» **Task to carry out**: Look below for the line containing "f 108 110 109" and the line containing "f 152 137 151"; repeat exactly those two lines and all lines between them, and nothing else.
────────────────────
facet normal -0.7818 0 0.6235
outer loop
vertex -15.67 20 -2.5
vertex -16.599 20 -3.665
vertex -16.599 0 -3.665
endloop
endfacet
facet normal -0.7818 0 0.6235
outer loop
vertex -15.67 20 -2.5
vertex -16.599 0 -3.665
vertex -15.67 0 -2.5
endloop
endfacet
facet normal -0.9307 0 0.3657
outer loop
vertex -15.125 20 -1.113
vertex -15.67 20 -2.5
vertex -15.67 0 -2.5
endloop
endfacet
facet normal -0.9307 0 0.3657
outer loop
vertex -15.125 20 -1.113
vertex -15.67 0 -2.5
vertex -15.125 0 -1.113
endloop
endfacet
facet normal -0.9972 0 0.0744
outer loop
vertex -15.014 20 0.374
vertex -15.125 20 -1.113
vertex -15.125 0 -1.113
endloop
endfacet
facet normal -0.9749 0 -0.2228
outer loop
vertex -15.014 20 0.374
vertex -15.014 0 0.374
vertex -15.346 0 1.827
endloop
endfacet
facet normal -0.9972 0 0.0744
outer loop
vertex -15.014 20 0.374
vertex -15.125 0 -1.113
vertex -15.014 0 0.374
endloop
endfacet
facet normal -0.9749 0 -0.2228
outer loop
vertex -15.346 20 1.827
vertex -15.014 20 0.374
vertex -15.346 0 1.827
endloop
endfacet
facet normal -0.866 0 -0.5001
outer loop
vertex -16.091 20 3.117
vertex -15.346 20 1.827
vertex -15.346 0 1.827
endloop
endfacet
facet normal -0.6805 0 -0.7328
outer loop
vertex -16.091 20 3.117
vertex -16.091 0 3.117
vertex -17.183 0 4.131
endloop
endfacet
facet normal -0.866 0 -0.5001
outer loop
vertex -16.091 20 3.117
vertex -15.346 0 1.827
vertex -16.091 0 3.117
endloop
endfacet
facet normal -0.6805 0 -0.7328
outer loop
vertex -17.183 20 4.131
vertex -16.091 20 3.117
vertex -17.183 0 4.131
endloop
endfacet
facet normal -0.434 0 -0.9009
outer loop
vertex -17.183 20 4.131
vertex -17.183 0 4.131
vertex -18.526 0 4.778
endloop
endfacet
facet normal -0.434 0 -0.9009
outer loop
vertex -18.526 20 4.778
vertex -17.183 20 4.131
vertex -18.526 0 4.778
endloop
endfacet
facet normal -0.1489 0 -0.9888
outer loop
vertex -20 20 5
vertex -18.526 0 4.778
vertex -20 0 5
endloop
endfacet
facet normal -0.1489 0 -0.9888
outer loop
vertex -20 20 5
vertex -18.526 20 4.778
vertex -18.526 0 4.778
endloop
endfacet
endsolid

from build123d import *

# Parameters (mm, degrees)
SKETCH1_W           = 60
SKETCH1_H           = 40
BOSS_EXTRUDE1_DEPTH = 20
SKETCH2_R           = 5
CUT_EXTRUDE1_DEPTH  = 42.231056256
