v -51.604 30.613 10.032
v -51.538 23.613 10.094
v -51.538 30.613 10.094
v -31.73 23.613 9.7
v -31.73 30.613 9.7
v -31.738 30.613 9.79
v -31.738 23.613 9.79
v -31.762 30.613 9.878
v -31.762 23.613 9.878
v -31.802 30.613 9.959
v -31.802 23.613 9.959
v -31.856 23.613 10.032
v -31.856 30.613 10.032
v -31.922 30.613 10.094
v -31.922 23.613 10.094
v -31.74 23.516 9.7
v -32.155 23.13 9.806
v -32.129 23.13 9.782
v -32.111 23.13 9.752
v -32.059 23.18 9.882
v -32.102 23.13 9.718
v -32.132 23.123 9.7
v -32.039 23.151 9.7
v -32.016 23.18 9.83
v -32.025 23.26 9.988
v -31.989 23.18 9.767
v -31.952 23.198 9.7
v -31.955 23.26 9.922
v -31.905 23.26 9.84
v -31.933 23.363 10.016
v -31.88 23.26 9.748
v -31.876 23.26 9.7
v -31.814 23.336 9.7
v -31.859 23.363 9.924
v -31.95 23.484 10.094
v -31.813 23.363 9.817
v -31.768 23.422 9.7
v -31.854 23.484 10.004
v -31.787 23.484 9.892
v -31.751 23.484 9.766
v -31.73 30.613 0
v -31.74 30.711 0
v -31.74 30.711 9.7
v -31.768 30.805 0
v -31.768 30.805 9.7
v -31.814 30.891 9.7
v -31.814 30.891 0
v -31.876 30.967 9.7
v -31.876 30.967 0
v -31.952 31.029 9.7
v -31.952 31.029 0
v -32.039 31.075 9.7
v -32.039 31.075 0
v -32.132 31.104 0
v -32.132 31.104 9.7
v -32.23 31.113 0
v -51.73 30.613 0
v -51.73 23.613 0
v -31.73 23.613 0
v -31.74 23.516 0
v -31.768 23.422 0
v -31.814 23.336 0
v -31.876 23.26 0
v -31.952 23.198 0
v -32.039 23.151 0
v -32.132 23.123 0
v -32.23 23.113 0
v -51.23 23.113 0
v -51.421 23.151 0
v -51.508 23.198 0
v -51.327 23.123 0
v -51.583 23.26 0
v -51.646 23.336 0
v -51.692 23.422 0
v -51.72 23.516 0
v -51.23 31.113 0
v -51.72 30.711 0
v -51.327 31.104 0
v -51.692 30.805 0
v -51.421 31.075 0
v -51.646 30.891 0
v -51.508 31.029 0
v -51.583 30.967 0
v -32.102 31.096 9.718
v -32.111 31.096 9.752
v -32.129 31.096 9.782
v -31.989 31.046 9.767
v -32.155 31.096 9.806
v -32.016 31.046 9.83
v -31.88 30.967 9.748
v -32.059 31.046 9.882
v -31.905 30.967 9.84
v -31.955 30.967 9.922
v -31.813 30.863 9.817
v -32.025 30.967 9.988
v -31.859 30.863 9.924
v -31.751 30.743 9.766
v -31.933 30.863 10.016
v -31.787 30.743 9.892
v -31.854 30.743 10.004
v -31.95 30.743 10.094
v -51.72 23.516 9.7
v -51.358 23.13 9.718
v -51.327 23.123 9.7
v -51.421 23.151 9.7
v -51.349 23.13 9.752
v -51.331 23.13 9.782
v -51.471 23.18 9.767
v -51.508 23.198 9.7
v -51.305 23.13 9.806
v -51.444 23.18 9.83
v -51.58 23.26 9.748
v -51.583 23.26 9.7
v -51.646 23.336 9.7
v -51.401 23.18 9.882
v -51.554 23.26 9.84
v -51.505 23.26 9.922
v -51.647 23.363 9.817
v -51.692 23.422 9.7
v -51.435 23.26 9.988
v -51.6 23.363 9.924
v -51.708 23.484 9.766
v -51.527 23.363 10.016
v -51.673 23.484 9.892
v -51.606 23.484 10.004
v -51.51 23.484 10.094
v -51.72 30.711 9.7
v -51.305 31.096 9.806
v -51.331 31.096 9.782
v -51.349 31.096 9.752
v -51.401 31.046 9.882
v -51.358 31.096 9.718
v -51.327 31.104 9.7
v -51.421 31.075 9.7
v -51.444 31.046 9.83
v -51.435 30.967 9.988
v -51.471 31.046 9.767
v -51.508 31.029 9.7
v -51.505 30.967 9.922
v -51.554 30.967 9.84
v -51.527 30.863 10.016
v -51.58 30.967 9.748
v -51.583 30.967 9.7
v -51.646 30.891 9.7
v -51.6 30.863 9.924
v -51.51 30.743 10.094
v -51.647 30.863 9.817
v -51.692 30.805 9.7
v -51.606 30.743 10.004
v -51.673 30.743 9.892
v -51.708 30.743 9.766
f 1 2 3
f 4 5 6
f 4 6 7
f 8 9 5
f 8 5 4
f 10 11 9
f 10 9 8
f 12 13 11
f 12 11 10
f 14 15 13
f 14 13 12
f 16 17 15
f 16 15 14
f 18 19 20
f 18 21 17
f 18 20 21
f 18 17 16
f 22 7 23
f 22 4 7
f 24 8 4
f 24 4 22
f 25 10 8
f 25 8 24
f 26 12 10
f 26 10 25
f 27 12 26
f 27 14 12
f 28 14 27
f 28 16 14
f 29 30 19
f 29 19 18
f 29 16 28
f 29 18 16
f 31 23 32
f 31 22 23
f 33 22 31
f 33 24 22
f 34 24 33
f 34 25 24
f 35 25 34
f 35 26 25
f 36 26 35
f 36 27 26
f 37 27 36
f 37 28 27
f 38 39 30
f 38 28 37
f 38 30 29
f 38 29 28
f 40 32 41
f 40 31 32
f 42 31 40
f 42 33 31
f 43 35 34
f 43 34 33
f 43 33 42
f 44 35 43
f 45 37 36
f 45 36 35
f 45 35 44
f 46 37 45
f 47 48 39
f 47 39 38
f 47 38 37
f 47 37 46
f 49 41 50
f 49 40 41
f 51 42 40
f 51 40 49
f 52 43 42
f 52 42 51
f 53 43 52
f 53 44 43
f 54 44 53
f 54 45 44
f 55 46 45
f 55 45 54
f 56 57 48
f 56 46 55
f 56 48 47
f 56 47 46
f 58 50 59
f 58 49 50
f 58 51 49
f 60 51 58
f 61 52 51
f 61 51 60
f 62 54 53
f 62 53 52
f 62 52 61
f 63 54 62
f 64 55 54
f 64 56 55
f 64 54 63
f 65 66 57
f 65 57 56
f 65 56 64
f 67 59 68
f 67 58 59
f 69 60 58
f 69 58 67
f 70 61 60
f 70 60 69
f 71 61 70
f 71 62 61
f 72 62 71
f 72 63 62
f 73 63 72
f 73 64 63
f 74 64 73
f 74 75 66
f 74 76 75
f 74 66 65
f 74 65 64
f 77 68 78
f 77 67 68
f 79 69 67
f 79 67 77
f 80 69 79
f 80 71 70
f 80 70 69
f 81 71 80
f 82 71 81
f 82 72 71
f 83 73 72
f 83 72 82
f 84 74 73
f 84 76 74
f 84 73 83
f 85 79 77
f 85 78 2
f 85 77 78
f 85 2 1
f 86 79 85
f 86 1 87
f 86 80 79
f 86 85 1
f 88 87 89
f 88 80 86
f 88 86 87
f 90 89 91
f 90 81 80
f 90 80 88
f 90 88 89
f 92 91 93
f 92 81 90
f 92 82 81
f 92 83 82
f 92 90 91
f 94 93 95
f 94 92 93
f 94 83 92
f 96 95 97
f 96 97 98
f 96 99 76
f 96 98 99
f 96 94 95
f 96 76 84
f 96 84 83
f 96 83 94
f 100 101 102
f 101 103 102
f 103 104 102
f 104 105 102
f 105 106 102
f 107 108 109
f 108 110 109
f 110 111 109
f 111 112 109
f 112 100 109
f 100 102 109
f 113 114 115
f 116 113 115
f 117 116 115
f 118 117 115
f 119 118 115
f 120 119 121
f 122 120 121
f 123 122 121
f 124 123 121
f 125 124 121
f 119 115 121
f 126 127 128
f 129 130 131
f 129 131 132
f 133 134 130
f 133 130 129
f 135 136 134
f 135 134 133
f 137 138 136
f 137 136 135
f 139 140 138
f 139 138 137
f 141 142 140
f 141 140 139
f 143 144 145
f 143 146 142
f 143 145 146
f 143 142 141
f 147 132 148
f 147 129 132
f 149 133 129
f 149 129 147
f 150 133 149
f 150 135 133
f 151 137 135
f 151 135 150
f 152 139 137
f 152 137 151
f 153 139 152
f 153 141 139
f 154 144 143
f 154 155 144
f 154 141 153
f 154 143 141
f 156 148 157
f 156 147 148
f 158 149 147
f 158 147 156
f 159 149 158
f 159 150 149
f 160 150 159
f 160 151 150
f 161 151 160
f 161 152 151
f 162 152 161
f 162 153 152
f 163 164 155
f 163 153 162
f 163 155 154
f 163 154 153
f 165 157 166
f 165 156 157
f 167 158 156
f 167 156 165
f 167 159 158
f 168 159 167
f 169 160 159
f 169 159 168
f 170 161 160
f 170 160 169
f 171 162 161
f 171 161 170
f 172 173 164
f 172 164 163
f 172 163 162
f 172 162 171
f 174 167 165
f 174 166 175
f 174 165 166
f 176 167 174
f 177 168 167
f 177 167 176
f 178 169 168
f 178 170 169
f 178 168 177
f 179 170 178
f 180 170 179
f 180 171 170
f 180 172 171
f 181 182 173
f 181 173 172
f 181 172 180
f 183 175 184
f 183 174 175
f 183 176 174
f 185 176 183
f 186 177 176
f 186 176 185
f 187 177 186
────────────────────
» **Written response**:
f 108 110 109
f 110 111 109
f 111 112 109
f 112 100 109
f 100 102 109
f 113 114 115
f 116 113 115
f 117 116 115
f 118 117 115
f 119 118 115
f 120 119 121
f 122 120 121
f 123 122 121
f 124 123 121
f 125 124 121
f 119 115 121
f 126 127 128
f 129 130 131
f 129 131 132
f 133 134 130
f 133 130 129
f 135 136 134
f 135 134 133
f 137 138 136
f 137 136 135
f 139 140 138
f 139 138 137
f 141 142 140
f 141 140 139
f 143 144 145
f 143 146 142
f 143 145 146
f 143 142 141
f 147 132 148
f 147 129 132
f 149 133 129
f 149 129 147
f 150 133 149
f 150 135 133
f 151 137 135
f 151 135 150
f 152 139 137
f 152 137 151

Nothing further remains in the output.